*** Block opens ***

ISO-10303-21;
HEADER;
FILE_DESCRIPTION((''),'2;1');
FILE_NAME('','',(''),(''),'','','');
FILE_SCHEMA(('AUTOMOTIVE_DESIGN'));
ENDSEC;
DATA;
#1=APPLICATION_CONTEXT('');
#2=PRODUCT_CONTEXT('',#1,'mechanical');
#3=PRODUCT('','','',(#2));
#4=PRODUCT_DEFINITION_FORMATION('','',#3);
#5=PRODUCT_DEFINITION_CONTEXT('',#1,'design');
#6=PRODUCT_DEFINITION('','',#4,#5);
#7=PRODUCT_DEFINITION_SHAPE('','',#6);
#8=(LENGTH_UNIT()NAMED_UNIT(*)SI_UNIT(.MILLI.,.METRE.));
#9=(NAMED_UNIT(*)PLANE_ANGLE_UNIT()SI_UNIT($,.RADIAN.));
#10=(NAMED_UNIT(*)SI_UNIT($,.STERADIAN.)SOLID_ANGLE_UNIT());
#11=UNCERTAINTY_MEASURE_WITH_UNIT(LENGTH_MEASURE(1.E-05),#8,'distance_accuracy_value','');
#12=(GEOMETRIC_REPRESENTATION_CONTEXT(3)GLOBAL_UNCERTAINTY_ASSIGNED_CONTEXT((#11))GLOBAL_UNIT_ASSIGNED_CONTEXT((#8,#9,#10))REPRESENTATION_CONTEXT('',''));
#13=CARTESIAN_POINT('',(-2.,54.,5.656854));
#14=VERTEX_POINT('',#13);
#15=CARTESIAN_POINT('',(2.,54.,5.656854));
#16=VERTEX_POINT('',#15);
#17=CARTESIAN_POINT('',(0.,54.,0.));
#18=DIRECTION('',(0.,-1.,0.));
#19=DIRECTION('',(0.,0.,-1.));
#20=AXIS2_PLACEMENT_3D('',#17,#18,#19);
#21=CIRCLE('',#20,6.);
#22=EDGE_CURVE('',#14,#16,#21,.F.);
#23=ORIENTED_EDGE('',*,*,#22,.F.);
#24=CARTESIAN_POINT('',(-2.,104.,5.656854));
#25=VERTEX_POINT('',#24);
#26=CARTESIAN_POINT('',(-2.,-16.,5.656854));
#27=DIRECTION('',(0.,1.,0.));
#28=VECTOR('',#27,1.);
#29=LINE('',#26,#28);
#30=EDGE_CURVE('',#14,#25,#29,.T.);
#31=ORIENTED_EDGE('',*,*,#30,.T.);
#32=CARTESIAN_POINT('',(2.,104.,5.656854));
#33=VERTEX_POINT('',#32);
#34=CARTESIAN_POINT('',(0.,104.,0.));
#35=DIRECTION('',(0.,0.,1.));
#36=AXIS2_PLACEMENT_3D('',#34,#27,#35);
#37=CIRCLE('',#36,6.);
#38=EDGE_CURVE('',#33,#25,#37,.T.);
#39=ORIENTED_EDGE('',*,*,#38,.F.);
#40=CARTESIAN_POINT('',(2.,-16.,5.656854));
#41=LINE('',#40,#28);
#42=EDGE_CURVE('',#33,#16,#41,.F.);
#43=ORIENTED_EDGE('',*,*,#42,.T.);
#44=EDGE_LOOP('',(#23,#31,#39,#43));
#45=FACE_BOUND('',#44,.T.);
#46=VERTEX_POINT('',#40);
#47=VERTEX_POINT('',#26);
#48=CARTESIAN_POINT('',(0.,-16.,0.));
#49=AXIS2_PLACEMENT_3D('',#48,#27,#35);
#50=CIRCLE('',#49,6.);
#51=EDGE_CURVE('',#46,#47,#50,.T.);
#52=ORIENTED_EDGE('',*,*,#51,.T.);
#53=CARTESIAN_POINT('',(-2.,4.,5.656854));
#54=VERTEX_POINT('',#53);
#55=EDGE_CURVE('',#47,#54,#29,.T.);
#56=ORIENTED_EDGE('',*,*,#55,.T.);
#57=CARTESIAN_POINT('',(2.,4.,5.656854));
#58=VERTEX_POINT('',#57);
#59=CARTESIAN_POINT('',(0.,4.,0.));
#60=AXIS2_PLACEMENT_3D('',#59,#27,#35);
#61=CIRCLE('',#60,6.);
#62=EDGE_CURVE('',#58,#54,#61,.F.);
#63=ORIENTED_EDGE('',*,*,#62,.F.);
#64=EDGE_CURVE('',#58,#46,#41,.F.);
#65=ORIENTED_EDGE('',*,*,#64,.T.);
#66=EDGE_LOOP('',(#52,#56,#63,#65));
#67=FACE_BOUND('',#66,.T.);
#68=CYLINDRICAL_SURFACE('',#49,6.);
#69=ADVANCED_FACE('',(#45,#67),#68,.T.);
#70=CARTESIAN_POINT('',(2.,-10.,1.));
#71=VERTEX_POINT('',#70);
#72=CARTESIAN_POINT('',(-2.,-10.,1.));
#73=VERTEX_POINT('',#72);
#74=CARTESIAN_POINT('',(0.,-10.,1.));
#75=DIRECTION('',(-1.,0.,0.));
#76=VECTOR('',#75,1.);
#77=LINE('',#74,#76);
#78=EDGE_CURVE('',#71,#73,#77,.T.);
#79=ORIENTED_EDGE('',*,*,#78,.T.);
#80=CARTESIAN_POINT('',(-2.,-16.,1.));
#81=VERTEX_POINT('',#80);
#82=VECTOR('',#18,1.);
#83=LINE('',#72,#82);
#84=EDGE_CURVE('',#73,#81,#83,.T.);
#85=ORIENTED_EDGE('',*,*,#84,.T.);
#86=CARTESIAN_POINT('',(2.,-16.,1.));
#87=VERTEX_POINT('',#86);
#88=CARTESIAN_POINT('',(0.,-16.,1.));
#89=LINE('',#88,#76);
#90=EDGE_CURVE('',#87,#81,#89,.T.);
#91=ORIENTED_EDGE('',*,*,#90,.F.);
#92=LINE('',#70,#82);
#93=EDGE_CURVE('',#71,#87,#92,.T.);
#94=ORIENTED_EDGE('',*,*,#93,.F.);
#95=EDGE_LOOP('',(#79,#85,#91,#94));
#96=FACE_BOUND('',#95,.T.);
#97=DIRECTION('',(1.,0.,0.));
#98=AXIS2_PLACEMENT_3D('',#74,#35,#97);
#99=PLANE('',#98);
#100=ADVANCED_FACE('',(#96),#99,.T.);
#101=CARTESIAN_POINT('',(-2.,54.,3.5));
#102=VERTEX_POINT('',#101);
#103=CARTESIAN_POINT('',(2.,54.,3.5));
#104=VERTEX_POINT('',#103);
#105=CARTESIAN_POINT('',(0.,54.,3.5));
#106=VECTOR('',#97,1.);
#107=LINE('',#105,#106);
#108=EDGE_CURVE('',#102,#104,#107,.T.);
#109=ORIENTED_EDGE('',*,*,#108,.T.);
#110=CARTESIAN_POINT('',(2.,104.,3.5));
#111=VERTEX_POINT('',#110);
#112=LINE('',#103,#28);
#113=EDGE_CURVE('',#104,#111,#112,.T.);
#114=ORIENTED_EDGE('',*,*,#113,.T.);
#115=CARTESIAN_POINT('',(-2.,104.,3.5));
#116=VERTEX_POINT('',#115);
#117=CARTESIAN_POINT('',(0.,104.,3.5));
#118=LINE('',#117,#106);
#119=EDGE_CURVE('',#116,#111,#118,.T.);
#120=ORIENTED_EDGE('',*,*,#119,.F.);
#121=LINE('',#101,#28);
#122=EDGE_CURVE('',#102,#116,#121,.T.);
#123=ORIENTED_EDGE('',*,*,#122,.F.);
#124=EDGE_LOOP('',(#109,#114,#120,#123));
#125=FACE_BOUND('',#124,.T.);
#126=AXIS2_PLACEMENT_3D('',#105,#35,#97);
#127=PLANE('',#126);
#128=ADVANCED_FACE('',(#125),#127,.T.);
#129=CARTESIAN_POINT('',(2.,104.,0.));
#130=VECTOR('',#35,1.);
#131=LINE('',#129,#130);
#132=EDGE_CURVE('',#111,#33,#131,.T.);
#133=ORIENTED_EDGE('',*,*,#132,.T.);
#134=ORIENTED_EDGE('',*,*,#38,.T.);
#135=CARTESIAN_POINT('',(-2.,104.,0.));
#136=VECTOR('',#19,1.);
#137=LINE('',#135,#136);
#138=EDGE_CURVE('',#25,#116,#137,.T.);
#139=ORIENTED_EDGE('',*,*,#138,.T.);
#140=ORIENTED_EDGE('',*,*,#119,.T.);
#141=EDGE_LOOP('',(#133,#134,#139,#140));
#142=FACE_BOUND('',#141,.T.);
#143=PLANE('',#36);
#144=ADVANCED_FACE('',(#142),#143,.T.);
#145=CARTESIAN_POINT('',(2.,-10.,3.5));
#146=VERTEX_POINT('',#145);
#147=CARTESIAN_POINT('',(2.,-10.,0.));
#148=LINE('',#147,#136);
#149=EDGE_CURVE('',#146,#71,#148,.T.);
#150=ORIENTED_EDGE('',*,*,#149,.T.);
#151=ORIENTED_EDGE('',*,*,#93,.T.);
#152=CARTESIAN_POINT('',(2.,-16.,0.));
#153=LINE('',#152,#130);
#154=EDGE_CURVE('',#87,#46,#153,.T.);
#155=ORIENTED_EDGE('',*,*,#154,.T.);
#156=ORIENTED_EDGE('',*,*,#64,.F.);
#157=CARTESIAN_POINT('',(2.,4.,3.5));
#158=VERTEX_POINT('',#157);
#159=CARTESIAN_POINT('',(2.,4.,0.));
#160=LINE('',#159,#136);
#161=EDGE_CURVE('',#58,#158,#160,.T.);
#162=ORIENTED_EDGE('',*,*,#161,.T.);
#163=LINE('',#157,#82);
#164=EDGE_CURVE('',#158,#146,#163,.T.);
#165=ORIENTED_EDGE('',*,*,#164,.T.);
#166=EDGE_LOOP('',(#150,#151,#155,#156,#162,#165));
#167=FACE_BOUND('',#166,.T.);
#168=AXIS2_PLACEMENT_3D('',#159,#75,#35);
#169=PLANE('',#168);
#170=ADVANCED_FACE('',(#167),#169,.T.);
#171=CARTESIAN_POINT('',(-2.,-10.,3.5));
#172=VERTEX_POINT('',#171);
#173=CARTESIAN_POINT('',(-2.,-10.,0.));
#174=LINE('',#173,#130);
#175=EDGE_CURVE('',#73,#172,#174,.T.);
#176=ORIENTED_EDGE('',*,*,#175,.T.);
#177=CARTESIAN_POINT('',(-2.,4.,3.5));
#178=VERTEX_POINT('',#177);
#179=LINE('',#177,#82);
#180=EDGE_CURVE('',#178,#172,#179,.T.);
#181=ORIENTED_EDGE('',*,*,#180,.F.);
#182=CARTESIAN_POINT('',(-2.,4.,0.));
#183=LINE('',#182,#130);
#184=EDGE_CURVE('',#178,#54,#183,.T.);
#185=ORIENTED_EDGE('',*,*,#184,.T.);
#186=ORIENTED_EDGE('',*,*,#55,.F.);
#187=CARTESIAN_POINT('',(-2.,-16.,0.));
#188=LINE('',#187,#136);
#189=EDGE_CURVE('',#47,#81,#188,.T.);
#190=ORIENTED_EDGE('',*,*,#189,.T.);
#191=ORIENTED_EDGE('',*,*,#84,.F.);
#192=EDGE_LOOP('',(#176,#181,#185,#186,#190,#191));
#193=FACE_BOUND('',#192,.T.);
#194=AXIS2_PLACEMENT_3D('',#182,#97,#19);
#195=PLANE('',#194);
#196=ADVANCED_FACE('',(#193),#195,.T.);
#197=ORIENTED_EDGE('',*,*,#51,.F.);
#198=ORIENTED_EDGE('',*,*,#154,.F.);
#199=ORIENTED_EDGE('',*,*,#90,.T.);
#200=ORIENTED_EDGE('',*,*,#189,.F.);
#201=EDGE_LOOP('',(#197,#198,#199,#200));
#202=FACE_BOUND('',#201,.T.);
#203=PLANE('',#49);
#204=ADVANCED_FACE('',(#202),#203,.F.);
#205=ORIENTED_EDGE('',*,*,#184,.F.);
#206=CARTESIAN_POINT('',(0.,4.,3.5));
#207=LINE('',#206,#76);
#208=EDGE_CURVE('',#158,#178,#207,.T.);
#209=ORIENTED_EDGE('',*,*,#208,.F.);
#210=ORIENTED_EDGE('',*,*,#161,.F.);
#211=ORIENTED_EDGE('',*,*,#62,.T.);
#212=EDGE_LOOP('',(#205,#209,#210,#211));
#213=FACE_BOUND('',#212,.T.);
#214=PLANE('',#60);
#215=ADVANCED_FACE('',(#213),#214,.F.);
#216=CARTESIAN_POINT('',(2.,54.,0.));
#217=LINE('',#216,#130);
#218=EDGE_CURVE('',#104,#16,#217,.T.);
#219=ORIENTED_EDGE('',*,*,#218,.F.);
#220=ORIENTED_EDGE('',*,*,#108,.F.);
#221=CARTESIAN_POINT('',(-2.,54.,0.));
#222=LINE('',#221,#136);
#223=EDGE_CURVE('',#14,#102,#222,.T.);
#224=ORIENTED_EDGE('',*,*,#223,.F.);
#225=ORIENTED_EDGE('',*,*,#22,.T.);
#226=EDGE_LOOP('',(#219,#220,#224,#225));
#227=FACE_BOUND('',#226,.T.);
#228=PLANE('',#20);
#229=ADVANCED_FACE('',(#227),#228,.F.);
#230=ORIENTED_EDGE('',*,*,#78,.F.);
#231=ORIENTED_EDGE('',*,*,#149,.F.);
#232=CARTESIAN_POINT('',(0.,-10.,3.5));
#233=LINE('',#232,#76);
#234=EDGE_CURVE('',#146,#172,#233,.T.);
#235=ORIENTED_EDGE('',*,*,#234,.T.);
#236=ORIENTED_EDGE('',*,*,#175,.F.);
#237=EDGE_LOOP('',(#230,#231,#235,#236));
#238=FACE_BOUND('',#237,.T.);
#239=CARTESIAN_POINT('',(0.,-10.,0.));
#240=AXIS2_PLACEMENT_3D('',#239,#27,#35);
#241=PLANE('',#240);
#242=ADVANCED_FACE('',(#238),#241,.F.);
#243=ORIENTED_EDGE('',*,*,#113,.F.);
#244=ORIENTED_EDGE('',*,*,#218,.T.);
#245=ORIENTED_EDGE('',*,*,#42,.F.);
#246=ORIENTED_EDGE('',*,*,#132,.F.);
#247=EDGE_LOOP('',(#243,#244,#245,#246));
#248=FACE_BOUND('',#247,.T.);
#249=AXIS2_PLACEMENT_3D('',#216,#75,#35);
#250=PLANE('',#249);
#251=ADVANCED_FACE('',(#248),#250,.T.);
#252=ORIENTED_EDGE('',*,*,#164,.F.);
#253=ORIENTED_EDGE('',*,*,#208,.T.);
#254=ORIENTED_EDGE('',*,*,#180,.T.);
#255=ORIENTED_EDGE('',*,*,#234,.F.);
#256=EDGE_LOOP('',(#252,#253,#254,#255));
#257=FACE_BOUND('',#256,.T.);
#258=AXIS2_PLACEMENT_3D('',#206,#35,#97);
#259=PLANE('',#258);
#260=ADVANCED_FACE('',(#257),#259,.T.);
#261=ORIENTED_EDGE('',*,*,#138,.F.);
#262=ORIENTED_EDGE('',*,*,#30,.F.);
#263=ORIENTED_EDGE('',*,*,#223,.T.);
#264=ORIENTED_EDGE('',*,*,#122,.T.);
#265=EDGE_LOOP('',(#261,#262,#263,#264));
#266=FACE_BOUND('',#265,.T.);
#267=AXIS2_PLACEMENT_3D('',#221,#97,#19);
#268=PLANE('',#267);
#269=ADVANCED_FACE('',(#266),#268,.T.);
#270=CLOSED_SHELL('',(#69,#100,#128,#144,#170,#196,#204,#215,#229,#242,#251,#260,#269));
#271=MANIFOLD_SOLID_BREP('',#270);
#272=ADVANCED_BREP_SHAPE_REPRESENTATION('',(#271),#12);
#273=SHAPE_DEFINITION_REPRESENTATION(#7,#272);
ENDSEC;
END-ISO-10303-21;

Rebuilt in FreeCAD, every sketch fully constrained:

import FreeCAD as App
import Part
import Sketcher
from FreeCAD import Vector


def add_polygon(sketch, points):
    """Adds a closed chain of lines whose ends are joined by coincident constraints."""
    first, n = sketch.GeometryCount, len(points)
    for a, b in zip(points, points[1:] + points[:1]):
        sketch.addGeometry(Part.LineSegment(App.Vector(*a, 0), App.Vector(*b, 0)), False)
    for i in range(n):
        sketch.addConstraint(Sketcher.Constraint("Coincident", first + i, 2, first + (i + 1) % n, 1))

doc = App.newDocument("Part")
body = doc.addObject("PartDesign::Body", "Body")

# Sketch on XZ plane
sketch1 = body.newObject("Sketcher::SketchObject", "Sketch")
sketch1.AttachmentSupport = (doc.getObject("XZ_Plane"), [""])
sketch1.MapMode = "FlatFace"
sketch1.addGeometry(Part.Circle(Vector(0, 0, 0), Vector(0, 0, 1), 6), False)
sketch1.addConstraint([
    Sketcher.Constraint("Coincident", 0, 3, -1, 1),
    Sketcher.Constraint("Diameter", 0, 12.0),
])
pad1 = body.newObject("PartDesign::Pad", "Pad")
pad1.Profile = sketch1
pad1.Type = "TwoLengths"
pad1.Length = 104
pad1.Length2 = 16
pad1.Reversed = True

*** Block closes ***

## Task to complete
A word-for-word copy of the entries, from the first line through the line containing "#13=CARTESIAN_POINT('',(-2.,54.,5.656854));", is the whole answer.

## Result below
ISO-10303-21;
HEADER;
FILE_DESCRIPTION((''),'2;1');
FILE_NAME('','',(''),(''),'','','');
FILE_SCHEMA(('AUTOMOTIVE_DESIGN'));
ENDSEC;
DATA;
#1=APPLICATION_CONTEXT('');
#2=PRODUCT_CONTEXT('',#1,'mechanical');
#3=PRODUCT('','','',(#2));
#4=PRODUCT_DEFINITION_FORMATION('','',#3);
#5=PRODUCT_DEFINITION_CONTEXT('',#1,'design');
#6=PRODUCT_DEFINITION('','',#4,#5);
#7=PRODUCT_DEFINITION_SHAPE('','',#6);
#8=(LENGTH_UNIT()NAMED_UNIT(*)SI_UNIT(.MILLI.,.METRE.));
#9=(NAMED_UNIT(*)PLANE_ANGLE_UNIT()SI_UNIT($,.RADIAN.));
#10=(NAMED_UNIT(*)SI_UNIT($,.STERADIAN.)SOLID_ANGLE_UNIT());
#11=UNCERTAINTY_MEASURE_WITH_UNIT(LENGTH_MEASURE(1.E-05),#8,'distance_accuracy_value','');
#12=(GEOMETRIC_REPRESENTATION_CONTEXT(3)GLOBAL_UNCERTAINTY_ASSIGNED_CONTEXT((#11))GLOBAL_UNIT_ASSIGNED_CONTEXT((#8,#9,#10))REPRESENTATION_CONTEXT('',''));
#13=CARTESIAN_POINT('',(-2.,54.,5.656854));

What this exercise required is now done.